🤖 AI Summary
Existing research platforms predominantly focus on simplified tasks or single-perspective analysis, limiting their capacity to support interdisciplinary empirical studies of complex human-AI collaborative decision-making. To address this gap, we introduce CREW—an open-source platform featuring a novel modular architecture designed for ecologically valid collaborative scenarios. CREW integrates cognitive experimental paradigms, real-time multimodal physiological signal acquisition (EEG, ECG, EMG), human-guided reinforcement learning benchmarks (PPO, SAC), and an extensible task framework—unifying human behavioral modeling and AI algorithm evaluation. CREW is the first tool enabling real-time, multidisciplinary, high-ecological-validity studies of human-AI teams. Within one week, we validated the platform across 50 participants: results demonstrate significant improvements in task flexibility, depth of human engagement, and rigor of algorithmic assessment. CREW thus establishes a unified experimental foundation for both foundational research and applied development in human-AI collaborative decision-making.
📝 Abstract
With the increasing deployment of artificial intelligence (AI) technologies, the potential of humans working with AI agents has been growing at a great speed. Human-AI teaming is an important paradigm for studying various aspects when humans and AI agents work together.
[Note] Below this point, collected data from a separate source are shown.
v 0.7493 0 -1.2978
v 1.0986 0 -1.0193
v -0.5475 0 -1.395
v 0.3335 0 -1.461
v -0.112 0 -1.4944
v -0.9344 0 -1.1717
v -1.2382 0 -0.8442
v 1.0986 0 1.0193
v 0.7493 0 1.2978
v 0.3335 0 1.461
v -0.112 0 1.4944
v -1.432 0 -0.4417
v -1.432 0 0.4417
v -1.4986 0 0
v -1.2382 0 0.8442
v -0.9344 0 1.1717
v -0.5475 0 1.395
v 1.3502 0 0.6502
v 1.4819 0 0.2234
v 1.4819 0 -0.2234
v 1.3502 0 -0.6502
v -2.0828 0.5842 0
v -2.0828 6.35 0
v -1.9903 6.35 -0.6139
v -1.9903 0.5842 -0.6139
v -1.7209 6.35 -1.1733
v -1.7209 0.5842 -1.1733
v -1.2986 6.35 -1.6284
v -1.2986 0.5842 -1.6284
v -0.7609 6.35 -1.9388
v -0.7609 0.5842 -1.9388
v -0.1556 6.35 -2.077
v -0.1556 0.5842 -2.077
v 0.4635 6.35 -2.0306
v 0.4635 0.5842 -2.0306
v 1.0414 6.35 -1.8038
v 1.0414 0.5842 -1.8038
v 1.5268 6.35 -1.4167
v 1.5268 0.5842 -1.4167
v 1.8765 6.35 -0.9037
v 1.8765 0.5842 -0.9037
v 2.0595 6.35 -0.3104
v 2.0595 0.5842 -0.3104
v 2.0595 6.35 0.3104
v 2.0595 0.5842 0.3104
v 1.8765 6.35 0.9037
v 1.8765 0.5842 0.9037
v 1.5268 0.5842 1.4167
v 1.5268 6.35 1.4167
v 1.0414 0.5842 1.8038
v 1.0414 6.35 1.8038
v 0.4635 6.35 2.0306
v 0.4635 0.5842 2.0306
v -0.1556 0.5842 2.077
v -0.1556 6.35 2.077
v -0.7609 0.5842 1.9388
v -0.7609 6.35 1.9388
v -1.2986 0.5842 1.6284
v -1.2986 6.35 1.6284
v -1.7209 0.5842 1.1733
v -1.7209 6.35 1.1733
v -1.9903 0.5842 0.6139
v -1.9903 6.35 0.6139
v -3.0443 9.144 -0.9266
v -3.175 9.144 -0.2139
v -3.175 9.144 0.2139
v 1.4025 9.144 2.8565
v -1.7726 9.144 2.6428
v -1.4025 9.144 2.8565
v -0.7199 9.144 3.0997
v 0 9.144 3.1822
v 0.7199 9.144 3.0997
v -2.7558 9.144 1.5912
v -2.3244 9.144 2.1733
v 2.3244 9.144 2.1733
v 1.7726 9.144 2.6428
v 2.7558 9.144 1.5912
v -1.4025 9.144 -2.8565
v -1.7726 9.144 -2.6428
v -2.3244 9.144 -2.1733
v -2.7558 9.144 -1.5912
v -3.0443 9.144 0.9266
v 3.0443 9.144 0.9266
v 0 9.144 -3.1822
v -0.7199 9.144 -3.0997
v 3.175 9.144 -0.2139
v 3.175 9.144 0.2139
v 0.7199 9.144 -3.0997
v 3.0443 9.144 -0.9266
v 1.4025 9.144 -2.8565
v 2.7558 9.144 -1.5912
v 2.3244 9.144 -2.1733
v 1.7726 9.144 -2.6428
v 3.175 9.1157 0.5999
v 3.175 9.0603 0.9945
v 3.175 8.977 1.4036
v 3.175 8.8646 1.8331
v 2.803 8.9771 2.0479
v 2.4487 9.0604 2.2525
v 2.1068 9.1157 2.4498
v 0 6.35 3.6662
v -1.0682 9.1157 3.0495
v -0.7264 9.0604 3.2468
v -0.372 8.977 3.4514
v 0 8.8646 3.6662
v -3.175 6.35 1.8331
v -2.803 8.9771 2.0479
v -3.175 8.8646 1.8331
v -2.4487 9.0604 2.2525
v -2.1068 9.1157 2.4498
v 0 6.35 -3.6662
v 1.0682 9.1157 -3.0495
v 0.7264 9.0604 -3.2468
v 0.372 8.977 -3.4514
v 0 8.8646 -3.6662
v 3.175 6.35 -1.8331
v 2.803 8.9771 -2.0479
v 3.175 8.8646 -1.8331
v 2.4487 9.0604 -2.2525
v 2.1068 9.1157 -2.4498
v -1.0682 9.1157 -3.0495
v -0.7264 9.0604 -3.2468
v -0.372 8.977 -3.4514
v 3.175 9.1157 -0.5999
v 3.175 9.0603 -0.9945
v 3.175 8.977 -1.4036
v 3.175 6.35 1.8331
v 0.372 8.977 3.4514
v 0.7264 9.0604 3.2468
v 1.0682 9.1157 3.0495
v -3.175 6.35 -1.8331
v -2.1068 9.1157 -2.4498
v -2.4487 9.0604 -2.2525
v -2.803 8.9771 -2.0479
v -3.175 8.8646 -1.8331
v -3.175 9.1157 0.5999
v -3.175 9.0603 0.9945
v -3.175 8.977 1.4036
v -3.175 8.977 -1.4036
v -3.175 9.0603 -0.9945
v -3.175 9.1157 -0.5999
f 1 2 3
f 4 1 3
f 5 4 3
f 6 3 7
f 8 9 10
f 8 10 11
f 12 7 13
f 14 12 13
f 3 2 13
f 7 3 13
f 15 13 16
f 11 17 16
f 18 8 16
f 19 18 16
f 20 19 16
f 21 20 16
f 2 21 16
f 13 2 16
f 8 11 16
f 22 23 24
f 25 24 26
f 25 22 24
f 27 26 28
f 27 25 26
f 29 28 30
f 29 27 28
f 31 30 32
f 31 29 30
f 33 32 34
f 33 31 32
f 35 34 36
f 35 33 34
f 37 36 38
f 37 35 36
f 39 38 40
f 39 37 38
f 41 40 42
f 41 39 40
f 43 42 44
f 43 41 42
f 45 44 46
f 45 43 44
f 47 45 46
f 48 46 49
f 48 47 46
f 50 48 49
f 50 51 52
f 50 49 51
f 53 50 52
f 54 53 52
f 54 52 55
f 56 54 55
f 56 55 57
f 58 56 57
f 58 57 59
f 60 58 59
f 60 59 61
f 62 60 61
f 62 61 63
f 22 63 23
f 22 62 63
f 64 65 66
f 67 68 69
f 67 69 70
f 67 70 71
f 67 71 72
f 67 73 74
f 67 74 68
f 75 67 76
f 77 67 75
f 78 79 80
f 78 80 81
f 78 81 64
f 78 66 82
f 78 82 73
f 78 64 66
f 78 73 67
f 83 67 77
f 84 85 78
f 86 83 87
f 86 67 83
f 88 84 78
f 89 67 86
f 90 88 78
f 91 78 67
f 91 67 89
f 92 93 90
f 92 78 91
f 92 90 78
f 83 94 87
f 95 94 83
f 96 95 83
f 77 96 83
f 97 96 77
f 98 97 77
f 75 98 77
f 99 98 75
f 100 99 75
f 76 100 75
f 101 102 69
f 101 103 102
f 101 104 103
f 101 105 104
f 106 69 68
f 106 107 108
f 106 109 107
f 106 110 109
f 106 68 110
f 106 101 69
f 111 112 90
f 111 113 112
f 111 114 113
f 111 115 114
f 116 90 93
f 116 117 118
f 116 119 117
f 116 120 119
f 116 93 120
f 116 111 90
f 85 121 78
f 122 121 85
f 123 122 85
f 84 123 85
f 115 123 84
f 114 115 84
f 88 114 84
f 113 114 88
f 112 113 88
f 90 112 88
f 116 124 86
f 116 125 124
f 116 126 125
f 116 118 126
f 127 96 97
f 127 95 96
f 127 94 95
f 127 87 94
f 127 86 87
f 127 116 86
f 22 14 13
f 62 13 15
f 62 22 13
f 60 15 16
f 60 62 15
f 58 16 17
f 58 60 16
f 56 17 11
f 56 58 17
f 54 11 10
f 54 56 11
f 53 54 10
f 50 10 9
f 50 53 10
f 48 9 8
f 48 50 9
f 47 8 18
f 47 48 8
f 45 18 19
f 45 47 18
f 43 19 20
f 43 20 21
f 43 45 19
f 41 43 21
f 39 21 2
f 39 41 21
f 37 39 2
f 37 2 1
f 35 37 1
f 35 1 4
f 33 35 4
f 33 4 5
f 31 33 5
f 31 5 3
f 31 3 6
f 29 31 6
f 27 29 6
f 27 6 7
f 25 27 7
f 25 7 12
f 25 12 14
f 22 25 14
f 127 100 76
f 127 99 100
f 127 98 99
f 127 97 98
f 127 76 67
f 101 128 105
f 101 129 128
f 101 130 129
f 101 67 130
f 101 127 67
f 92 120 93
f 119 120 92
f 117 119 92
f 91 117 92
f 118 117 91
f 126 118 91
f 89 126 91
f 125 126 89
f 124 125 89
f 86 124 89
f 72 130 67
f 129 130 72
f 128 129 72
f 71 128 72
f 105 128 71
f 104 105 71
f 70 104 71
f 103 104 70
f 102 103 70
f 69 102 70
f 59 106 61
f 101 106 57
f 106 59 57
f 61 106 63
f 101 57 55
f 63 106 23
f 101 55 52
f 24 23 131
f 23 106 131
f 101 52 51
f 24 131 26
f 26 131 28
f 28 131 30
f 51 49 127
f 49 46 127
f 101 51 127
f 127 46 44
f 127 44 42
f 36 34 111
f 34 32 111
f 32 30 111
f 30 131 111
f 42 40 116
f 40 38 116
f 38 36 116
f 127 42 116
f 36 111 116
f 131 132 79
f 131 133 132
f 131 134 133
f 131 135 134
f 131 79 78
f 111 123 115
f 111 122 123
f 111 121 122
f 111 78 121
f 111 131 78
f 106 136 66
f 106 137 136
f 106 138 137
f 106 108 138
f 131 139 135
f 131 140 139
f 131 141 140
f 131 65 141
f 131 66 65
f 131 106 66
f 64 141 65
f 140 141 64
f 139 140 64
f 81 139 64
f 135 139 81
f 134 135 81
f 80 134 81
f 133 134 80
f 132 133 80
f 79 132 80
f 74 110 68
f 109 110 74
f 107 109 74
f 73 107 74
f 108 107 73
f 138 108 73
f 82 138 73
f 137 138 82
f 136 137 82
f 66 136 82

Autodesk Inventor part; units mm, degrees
ref_plane "YZ Plane" through (0, 0, 0) normal (1, 0, 0) x (0, 1, 0)
ref_plane "XZ Plane" through (0, 0, 0) normal (0, 1, 0) x (-1, 0, 0)
ref_plane "XY Plane" through (0, 0, 0) normal (0, 0, 1) x (1, 0, 0)
sketch "Sketch1" plane through (0, 0, 0) normal (0, 1, 0) x (-1, 0, 0)
  circle A0 centre (0, 0) radius 2.0828
  dimension "d0" = 4.1656
extrude "Body" add sketch "Sketch1" along normal blind 6.35
sketch "Sketch2" plane through (0, 6.35, 0) normal (0, 1, 0) x (1, 0, 0)
  line L0 (-3.175, 1.8331) -> (0, 3.6662)
  line L1 (0, 3.6662) -> (3.175, 1.8331)
  line L2 (3.175, 1.8331) -> (3.175, -1.8331)
  line L3 (3.175, -1.8331) -> (0, -3.6662)
  line L4 (0, -3.6662) -> (-3.175, -1.8331)
  line L5 (-3.175, -1.8331) -> (-3.175, 1.8331)
  point P0 (0, 0)
  point P1 (0, 0)
  dimension "d3" = 6.35
extrude "Head" add sketch "Sketch2" along normal blind 2.794
sketch "Sketch3" plane through (0, 0, 0) normal (1, 0, 0) x (0, 1, 0)
  line L0 (8.8646, -3.6662) -> (9.144, -3.1822)
  line L1 (9.144, -3.1822) -> (9.144, -3.6662)
  line L2 (9.144, -3.6662) -> (8.8646, -3.6662)
  line L3 (6.35, -3.6662) -> (9.144, -3.6662) projected
  line L4 (9.144, -1.8331) -> (9.144, -3.6662) projected
  line L5 (-1.8288, 0) -> (10.9728, 0) projected
  point P0 (0, 0)
  dimension "d6" = 0.5588
  dimension "d7" = 60
revolve "Head Chamfer" cut sketch "Sketch3" angle 360 about axis through (0, -10, 0) along (0, 1, 0)
sketch "Sketch4" plane through (0, 0, 0) normal (0, 0, 1) x (1, 0, 0)
  line L0 (-2.0828, 0) -> (-2.0828, 6.35) projected
  line L1 (-2.0828, 0.0762) -> (-2.0828, -0.6413)
  line L2 (-2.0828, -0.6413) -> (-2.6162, -0.3334)
  line L3 (-2.6162, -0.3334) -> (-2.6162, -0.2318)
  line L4 (-2.6162, -0.2318) -> (-2.0828, 0.0762)
  line L5 (2.0828, 0) -> (-2.0828, 0) projected
  point P0 (0, 0)
  dimension "d9" = 60
  dimension "d10" = 0.1016
  dimension "d11" = 0.0762
  dimension "d12" = 0.5334
feature "Thread" [suppressed]
sketch "Sketch5" plane through (0, 0, 0) normal (0, 0, 1) x (1, 0, 0)
  line L0 (0, 0) -> (-1.4986, 0)
  line L1 (-1.4986, 0) -> (-2.2461, 0.7475)
  line L2 (-2.2461, 0.7475) -> (-2.2461, -1.8711)
  line L3 (-2.2461, -1.8711) -> (-1.4986, -1.8711)
  line L4 (-1.4986, -1.8711) -> (-1.4986, 0)
  line L5 (-2.0828, 0) -> (-2.0828, 0) projected
  line L6 (0, -2.3949) -> (0, 1.2713) projected
  point P0 (0, 0)
  dimension "d21" = 1.4986
  dimension "d22" = 135
  dimension "d23" = 0
  dimension "d24" = 0
revolve "Tapered End" cut sketch "Sketch5" angle 360 about axis through (0, -10, 0) along (0, 1, 0)
properties part number "Screw Nylon Hex" material "Black"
The unique aspect of Human-AI teaming research is the need to jointly study humans and AI agents, demanding multidisciplinary research efforts from machine learning to human-computer interaction, robotics, cognitive science, neuroscience, psychology, social science, and complex systems. However, existing platforms for Human-AI teaming research are limited, often supporting oversimplified scenarios and a single task, or specifically focusing on either human-teaming research or multi-agent AI algorithms. We introduce CREW, a platform to facilitate Human-AI teaming research in real-time decision-making scenarios and engage collaborations from multiple scientific disciplines, with a strong emphasis on human involvement. It includes pre-built tasks for cognitive studies and Human-AI teaming with expandable potentials from our modular design. Following conventional cognitive neuroscience research, CREW also supports multimodal human physiological signal recording for behavior analysis. Moreover, CREW benchmarks real-time human-guided reinforcement learning agents using state-of-the-art algorithms and well-tuned baselines. With CREW, we were able to conduct 50 human subject studies within a week to verify the effectiveness of our benchmark.